For Father’s Day, my wife spent $50 on me at Old Navy. The reason–my t-shirt collection is growing old, worn out, and rather musty. I probably spend an average of, oh, $1.50 on myself on clothes each year. I just wear stuff until it wears out, or can stand up on it’s own and walk around. Old Navy was having a pretty good sale on its graphic t-shirts ($8 per shirt… not bad). One of the shirts I picked up is similar to this one (except this one looks like it could be cut for a girl. I don’t know. I’m not fashion expert):
Oh no. A preacher with a beer shirt? One that seems to promote the idea that beer is beneficial? And it has a woman on it with short shorts? Scandalous!
It’s pretty ding-danged funny (I’m actually wearing it as I write it). It’s funny because:
- The shirt is funny. Just say “Beer is good for you” out loud. It’s frickin’ hilarious.
- I don’t drink. Not because the Bible says not to (it actually seems to promote the opposite, in moderation, but that’s a subject for another post). I just don’t like beer. And for a few medical reasons… thus the irony of the shirt on me. Beer is actually not good for me personally.
- My wife pointed this out to me the second she saw it: The apostle Paul would have his church planting buddy Timothy wear the shirt (check out 1 Timothy 5:23). Maybe one without the lady. But Timothy would rock out that shirt.
- I probably will stick with wearing it around the house. Unless I go to visit a brand new church. Then it’s on… just to see what the reaction of people will be.
Regardless of what you think about my new shirt, I love it. And I’ve needed some new shirts for awhile. I also picked up a few other T-shirts, and a decent looking button up for fall. I needed some new shirts because my old shirts just don’t cut it. They’re useful now only as dusting rags… and my wife will probably not allow them to be used for that.

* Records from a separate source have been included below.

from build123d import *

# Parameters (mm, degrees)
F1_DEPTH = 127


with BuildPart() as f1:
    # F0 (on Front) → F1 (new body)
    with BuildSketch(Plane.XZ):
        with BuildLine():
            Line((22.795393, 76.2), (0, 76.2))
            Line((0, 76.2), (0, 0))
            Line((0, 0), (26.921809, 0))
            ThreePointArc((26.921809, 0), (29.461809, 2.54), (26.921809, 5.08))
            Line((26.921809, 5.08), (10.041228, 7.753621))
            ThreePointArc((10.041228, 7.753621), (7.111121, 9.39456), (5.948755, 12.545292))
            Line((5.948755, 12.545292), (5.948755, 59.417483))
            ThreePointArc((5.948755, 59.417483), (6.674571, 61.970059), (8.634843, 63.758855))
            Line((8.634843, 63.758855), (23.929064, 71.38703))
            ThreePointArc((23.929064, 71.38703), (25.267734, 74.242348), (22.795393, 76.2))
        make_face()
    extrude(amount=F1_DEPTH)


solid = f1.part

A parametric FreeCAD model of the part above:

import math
import FreeCAD as App
import Part
import Sketcher
Q = App.Units.Quantity

doc = App.newDocument("Part")
params = doc.addObject("Spreadsheet::Sheet", "Params")
for row, (alias, value) in enumerate([
    ("sketch1_radius", "0.1 in"),
    ("sketch1_height", "3 in"),
    ("sketch1_radius2", "0.191 in"),
    ("pad1_length", "5 in"),
], start=1):
    params.set(f"A{row}", alias)
    params.set(f"B{row}", "=" + value)
    params.setAlias(f"B{row}", alias)

body = doc.addObject("PartDesign::Body", "Body")

# Sketch on XZ plane
sketch1 = body.newObject("Sketcher::SketchObject", "Sketch")
sketch1.AttachmentSupport = (doc.getObject("XZ_Plane"), [""])
sketch1.MapMode = "FlatFace"
sketch1.addGeometry([
    Part.LineSegment(App.Vector(22.8, 76.2, 0), App.Vector(0, 76.2, 0)),  # 0
    Part.LineSegment(App.Vector(0, 76.2, 0), App.Vector(0, 0, 0)),  # 1
    Part.LineSegment(App.Vector(0, 0, 0), App.Vector(26.9, 0, 0)),  # 2
    Part.ArcOfCircle(Part.Circle(App.Vector(26.9, 2.5, 0), App.Vector(0, 0, 1), 2.5), math.radians(-90), math.radians(90)),  # 3
    Part.LineSegment(App.Vector(26.9, 5.1, 0), App.Vector(10, 7.8, 0)),  # 4
    Part.ArcOfCircle(Part.Circle(App.Vector(10.8, 12.5, 0), App.Vector(0, 0, 1), 4.9), math.radians(180), math.radians(261)),  # 5
    Part.LineSegment(App.Vector(5.9, 12.5, 0), App.Vector(5.9, 59.4, 0)),  # 6
    Part.ArcOfCircle(Part.Circle(App.Vector(10.8, 59.4, 0), App.Vector(0, 0, 1), 4.9), math.radians(117), math.radians(180)),  # 7
    Part.LineSegment(App.Vector(8.6, 63.8, 0), App.Vector(23.9, 71.4, 0)),  # 8
    Part.ArcOfCircle(Part.Circle(App.Vector(22.8, 73.7, 0), App.Vector(0, 0, 1), 2.5), math.radians(-63), math.radians(90)),  # 9
], False)
sketch1.addConstraint([
    Sketcher.Constraint("Coincident", 0, 2, 1, 1),
    Sketcher.Constraint("Coincident", 1, 2, 2, 1),
    Sketcher.Constraint("Tangent", 2, 2, 3, 1),
    Sketcher.Constraint("Coincident", 3, 2, 4, 1),
    Sketcher.Constraint("Tangent", 4, 2, 5, 2),
    Sketcher.Constraint("Tangent", 5, 1, 6, 1),
    Sketcher.Constraint("Tangent", 6, 2, 7, 2),
    Sketcher.Constraint("Tangent", 7, 1, 8, 1),
    Sketcher.Constraint("Tangent", 8, 2, 9, 1),
    Sketcher.Constraint("Tangent", 9, 2, 0, 1),
    Sketcher.Constraint("Horizontal", 0),
    Sketcher.Constraint("Vertical", 1),
    Sketcher.Constraint("Horizontal", 2),
    Sketcher.Constraint("Vertical", 6),
    Sketcher.Constraint("Coincident", 1, 2, -1, 1),
    Sketcher.Constraint("Equal", 5, 7),
    Sketcher.Constraint("Equal", 3, 9),
    Sketcher.Constraint("Vertical", 2, 2, 3, 2),
    Sketcher.Constraint("Equal", 4, 8),
    Sketcher.Constraint("Radius", 3, Q("0.1 in")),
    Sketcher.Constraint("DistanceY", 1, 2, 1, 1, Q("3 in")),
    Sketcher.Constraint("Angle", 4, Q("171.000001 deg")),
    Sketcher.Constraint("Radius", 5, Q("0.191 in")),
    Sketcher.Constraint("Distance", 4, 17.091),
    Sketcher.Constraint("DistanceX", 2, 1, 2, 2, 26.921809),
    Sketcher.Constraint("DistanceY", 6, 1, 6, 2, 46.872191),
])
sketch1.setExpression("Constraints[19]", "Params.sketch1_radius")
sketch1.setExpression("Constraints[20]", "Params.sketch1_height")
sketch1.setExpression("Constraints[22]", "Params.sketch1_radius2")
pad1 = body.newObject("PartDesign::Pad", "Pad")
pad1.Profile = sketch1
pad1.setExpression("Length", "Params.pad1_length")

doc.recompute()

I wrote all of that so I could write this: most of us have no problem updating our wardrobe because our old one is no longer fitting (either worn out or literally not fitting… either because we’ve added or lost a few pounds). But how many of us are living fitting lives? How many of us who claim to be followers of Jesus have lives that aren’t fitting to that claim?
Psalm 93 is by an unknown author and is about an unknown circumstance. What is clear is that the author is proclaiming God’s power. The middle of the psalm speaks of floods rising. The chances are good that the author is using a torrential flood to describe heathen kings or nations and their attempts to invade ancient Israel. Thus, the psalm shows God’s power through delivering His people from such aggressors. The final verse in the psalm says this,
Your statutes stand firm; holiness adorns your house for endless days, O LORD.
The author could be talking about the temple or the nation. It doesn’t matter. Today, the church is God’s community, family, and temple. Holiness–a separation from sin–must adorn the church. For many Christians, this is happening. They are repenting of sin. They are allowing God to change them. They’re putting off old habits and putting on new, Christ-like habits (as Colossians 3:5-10 and other Scriptures say we’re to do). But the sad fact is that, for most, it’s not. We behave just like everyone else. We’re just as likely to cheat on our spouse, get drunk, get pissed off, etc.
Metaphorically speaking, some of us need to get rid of our old t-shirts and get some new ones. We need to allow God to invade our hearts, expose our sin, and change us. It’s a hard process. It’s a painful process. It’s a necessary process. It’s a vital process. I’ve been there. I am there. Always “cleaning out the closet”, so to speak.
What about you? If you claim to follow Jesus, what parts of your “closet” need to be cleaned out? What needs to be pitched and replaced?
It’s not enough to simply throw out the old. We must put on the new as well.